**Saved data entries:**
+ + +
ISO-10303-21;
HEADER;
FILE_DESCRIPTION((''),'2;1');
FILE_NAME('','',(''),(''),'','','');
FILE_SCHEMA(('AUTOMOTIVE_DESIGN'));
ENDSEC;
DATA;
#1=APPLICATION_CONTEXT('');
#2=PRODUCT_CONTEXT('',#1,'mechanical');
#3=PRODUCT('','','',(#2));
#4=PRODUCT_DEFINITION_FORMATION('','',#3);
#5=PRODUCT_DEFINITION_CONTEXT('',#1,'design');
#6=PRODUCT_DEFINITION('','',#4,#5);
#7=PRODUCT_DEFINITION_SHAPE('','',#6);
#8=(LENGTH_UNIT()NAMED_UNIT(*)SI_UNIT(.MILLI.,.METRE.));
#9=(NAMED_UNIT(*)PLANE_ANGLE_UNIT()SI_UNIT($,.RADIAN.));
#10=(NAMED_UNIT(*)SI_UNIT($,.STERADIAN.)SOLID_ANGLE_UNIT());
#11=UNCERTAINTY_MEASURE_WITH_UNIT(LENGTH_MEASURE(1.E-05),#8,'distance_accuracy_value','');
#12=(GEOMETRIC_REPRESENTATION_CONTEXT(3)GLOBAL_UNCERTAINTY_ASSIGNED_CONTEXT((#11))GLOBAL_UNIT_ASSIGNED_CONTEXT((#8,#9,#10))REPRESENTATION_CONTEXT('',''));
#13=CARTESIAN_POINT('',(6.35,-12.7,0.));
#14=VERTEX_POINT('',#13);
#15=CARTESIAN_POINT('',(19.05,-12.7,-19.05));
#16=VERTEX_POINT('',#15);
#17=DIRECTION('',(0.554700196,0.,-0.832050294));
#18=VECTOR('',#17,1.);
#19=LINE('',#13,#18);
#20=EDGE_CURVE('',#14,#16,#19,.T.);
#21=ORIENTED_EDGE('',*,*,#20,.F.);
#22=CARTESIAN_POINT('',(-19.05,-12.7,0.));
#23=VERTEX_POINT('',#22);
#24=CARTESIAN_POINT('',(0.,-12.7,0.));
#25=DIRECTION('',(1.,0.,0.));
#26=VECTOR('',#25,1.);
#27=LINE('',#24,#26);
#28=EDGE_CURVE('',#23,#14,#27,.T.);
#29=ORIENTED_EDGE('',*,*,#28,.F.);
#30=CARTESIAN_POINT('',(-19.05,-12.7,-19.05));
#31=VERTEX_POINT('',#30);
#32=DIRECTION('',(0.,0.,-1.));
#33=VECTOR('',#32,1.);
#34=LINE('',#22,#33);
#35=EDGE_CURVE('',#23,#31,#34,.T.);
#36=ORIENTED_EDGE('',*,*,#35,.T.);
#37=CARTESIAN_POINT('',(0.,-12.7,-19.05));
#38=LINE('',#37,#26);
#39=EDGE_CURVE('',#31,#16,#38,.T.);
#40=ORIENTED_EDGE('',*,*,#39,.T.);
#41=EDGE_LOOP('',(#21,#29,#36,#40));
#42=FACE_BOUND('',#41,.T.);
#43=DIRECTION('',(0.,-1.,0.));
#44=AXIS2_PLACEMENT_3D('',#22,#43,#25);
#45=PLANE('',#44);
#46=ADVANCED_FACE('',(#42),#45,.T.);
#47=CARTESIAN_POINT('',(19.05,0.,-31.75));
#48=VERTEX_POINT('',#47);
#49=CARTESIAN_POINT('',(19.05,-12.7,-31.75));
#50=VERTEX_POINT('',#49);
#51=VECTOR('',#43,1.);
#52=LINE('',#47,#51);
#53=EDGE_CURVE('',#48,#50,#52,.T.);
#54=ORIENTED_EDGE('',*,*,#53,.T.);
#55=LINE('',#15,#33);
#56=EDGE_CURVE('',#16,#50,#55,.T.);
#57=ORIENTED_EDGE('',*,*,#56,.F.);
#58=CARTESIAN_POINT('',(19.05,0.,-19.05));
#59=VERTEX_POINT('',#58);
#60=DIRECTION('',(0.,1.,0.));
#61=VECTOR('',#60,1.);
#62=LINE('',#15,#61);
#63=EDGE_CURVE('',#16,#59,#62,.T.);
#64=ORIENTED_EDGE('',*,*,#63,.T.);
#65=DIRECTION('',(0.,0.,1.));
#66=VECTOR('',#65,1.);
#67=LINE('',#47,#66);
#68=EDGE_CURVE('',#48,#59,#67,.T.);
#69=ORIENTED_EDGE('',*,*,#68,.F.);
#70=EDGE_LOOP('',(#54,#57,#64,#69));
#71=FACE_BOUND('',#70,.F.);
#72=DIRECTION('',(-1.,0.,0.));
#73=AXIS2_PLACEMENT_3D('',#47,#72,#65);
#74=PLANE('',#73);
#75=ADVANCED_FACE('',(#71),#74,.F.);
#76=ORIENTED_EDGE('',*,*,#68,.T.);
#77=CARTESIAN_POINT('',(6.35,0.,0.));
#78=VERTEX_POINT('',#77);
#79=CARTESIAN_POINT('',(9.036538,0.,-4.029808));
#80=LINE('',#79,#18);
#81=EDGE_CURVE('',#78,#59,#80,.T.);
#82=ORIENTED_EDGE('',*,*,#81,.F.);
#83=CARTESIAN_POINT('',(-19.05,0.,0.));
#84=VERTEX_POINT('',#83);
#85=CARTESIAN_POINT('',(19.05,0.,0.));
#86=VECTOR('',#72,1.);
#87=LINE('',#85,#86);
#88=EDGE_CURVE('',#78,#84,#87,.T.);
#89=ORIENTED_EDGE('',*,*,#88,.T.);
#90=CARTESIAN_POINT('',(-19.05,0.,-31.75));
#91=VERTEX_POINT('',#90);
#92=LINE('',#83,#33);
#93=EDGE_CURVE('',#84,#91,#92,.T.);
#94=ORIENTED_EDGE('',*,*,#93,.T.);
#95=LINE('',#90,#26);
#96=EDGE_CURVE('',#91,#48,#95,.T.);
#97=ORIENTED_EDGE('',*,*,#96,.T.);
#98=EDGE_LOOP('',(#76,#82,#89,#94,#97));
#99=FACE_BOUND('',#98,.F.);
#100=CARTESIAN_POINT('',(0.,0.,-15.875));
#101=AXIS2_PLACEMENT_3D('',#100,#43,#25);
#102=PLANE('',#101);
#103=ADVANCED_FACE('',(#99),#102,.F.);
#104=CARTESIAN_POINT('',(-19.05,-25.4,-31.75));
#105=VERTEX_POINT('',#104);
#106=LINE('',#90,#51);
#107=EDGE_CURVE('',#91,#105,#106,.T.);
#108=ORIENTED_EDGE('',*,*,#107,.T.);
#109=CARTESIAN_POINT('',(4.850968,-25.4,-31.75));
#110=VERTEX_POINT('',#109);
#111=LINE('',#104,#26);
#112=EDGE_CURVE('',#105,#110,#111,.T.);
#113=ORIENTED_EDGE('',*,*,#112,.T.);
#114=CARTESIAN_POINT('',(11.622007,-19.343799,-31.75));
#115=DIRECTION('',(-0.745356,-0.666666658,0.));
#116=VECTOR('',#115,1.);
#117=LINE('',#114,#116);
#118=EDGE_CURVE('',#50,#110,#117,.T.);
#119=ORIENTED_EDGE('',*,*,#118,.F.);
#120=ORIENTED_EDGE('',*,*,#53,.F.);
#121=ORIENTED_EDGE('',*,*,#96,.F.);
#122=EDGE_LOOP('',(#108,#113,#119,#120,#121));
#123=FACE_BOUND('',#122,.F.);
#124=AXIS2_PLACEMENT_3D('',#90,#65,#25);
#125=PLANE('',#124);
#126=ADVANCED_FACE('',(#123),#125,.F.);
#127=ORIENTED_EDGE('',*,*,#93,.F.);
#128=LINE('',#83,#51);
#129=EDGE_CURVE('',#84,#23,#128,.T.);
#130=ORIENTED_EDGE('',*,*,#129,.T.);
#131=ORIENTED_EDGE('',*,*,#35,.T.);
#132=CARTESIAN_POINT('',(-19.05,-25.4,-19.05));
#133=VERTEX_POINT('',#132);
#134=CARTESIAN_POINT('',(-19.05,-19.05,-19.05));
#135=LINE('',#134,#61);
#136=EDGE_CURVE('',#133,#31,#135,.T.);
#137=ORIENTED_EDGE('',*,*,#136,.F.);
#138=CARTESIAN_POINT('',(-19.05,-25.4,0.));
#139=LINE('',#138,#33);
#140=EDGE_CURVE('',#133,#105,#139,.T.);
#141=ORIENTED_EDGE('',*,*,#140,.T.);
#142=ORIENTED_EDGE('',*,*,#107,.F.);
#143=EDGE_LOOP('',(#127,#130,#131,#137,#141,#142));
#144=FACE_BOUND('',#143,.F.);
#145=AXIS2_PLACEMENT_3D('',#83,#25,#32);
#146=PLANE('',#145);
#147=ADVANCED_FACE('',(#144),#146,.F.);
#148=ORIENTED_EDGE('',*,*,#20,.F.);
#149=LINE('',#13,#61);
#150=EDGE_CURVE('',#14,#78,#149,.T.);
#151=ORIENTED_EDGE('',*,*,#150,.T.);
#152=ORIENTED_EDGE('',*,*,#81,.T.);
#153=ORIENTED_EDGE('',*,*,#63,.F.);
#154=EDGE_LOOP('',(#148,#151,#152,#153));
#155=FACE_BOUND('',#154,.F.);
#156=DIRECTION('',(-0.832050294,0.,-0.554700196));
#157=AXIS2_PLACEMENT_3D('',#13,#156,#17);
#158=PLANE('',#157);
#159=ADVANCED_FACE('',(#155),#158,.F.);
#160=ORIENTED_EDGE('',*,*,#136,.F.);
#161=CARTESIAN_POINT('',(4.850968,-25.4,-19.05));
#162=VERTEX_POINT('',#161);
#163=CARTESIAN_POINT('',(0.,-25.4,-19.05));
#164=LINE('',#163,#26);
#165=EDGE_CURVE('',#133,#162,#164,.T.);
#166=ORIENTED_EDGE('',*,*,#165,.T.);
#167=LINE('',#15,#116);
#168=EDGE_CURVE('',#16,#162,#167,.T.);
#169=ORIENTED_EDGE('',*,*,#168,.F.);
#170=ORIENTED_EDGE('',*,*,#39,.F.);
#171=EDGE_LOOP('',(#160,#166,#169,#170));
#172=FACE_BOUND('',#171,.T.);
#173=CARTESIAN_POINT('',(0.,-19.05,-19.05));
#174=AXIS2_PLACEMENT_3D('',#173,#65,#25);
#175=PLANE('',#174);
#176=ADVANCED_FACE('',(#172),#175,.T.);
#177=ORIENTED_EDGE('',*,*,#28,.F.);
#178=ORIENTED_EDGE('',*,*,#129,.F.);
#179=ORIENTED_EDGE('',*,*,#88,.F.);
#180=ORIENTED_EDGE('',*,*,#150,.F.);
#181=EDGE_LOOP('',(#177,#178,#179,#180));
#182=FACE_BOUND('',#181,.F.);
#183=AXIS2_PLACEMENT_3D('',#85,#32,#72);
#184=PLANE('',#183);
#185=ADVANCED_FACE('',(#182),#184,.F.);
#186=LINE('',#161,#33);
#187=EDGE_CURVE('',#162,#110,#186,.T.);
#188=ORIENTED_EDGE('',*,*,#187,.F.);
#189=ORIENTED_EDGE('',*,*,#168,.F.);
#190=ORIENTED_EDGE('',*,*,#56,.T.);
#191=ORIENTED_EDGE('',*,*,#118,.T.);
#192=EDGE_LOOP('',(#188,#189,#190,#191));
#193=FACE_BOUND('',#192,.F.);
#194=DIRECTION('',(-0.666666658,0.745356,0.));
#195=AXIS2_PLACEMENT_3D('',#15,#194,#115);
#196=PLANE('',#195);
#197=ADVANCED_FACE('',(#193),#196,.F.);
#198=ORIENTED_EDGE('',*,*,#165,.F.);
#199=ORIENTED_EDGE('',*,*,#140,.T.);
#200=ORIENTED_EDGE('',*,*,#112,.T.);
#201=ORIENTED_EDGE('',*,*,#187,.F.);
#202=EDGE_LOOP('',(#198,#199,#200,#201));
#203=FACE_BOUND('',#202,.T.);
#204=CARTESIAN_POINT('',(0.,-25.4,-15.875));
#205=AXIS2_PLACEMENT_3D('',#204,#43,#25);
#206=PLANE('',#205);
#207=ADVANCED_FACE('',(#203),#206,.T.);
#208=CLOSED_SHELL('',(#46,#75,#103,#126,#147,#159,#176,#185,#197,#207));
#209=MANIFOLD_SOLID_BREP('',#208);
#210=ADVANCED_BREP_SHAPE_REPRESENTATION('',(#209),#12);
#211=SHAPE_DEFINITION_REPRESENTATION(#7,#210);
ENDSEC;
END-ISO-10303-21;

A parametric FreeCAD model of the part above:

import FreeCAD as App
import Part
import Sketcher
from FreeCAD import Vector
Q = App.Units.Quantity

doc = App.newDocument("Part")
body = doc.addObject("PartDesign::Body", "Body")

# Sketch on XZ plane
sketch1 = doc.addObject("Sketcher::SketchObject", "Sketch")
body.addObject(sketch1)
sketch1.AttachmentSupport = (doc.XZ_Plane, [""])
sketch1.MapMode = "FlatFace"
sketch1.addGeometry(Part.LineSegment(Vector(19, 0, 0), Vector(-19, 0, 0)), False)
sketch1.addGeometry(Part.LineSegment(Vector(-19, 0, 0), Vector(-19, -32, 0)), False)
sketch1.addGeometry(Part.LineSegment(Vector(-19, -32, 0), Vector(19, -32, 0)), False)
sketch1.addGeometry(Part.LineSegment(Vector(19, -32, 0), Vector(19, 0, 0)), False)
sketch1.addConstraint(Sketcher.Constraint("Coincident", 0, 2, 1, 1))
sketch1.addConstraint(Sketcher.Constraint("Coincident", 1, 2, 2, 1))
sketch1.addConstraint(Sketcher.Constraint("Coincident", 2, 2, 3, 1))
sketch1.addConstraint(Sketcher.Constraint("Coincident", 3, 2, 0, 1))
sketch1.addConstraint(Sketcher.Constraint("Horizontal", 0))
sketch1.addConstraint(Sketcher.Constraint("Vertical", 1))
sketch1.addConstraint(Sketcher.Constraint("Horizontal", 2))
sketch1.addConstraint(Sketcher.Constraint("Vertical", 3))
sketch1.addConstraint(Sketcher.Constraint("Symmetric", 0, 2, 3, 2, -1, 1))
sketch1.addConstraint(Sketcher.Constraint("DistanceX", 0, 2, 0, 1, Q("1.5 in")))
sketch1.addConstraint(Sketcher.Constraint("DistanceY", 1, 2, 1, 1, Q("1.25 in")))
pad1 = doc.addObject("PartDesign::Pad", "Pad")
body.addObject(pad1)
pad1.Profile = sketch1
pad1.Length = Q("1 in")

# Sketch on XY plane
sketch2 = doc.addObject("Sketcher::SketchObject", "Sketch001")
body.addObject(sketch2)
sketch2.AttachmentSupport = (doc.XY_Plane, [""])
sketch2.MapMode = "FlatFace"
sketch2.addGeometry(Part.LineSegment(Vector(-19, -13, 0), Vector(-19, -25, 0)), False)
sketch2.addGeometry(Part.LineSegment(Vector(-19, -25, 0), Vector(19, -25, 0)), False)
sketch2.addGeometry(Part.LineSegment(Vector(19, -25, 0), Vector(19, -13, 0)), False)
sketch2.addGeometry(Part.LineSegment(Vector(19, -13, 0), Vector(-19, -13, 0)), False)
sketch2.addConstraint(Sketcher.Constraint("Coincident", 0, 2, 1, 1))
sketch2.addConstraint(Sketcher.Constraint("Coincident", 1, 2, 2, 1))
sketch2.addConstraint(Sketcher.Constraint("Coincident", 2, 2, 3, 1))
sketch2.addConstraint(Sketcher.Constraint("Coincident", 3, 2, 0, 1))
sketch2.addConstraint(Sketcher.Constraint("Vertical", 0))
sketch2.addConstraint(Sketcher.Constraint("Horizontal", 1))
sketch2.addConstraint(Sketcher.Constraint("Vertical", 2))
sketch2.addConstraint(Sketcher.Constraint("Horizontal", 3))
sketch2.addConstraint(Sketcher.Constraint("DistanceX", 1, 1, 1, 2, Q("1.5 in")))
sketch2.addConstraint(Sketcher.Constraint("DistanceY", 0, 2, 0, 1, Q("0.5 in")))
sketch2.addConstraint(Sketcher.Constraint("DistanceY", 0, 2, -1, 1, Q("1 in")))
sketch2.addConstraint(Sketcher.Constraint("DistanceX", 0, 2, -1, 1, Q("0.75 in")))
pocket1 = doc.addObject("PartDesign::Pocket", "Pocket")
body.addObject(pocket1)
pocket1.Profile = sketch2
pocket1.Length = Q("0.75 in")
+ + +
**WHAT TO DO:**
Starting with the line that holds "#197=ADVANCED_FACE('',(#193),#196,.F.);" and ending with the line that holds "A parametric FreeCAD", retype every line in the data above exactly, and nothing else.

**ANSWER SPACE:**
#197=ADVANCED_FACE('',(#193),#196,.F.);
#198=ORIENTED_EDGE('',*,*,#165,.F.);
#199=ORIENTED_EDGE('',*,*,#140,.T.);
#200=ORIENTED_EDGE('',*,*,#112,.T.);
#201=ORIENTED_EDGE('',*,*,#187,.F.);
#202=EDGE_LOOP('',(#198,#199,#200,#201));
#203=FACE_BOUND('',#202,.T.);
#204=CARTESIAN_POINT('',(0.,-25.4,-15.875));
#205=AXIS2_PLACEMENT_3D('',#204,#43,#25);
#206=PLANE('',#205);
#207=ADVANCED_FACE('',(#203),#206,.T.);
#208=CLOSED_SHELL('',(#46,#75,#103,#126,#147,#159,#176,#185,#197,#207));
#209=MANIFOLD_SOLID_BREP('',#208);
#210=ADVANCED_BREP_SHAPE_REPRESENTATION('',(#209),#12);
#211=SHAPE_DEFINITION_REPRESENTATION(#7,#210);
ENDSEC;
END-ISO-10303-21;

A parametric FreeCAD model of the part above:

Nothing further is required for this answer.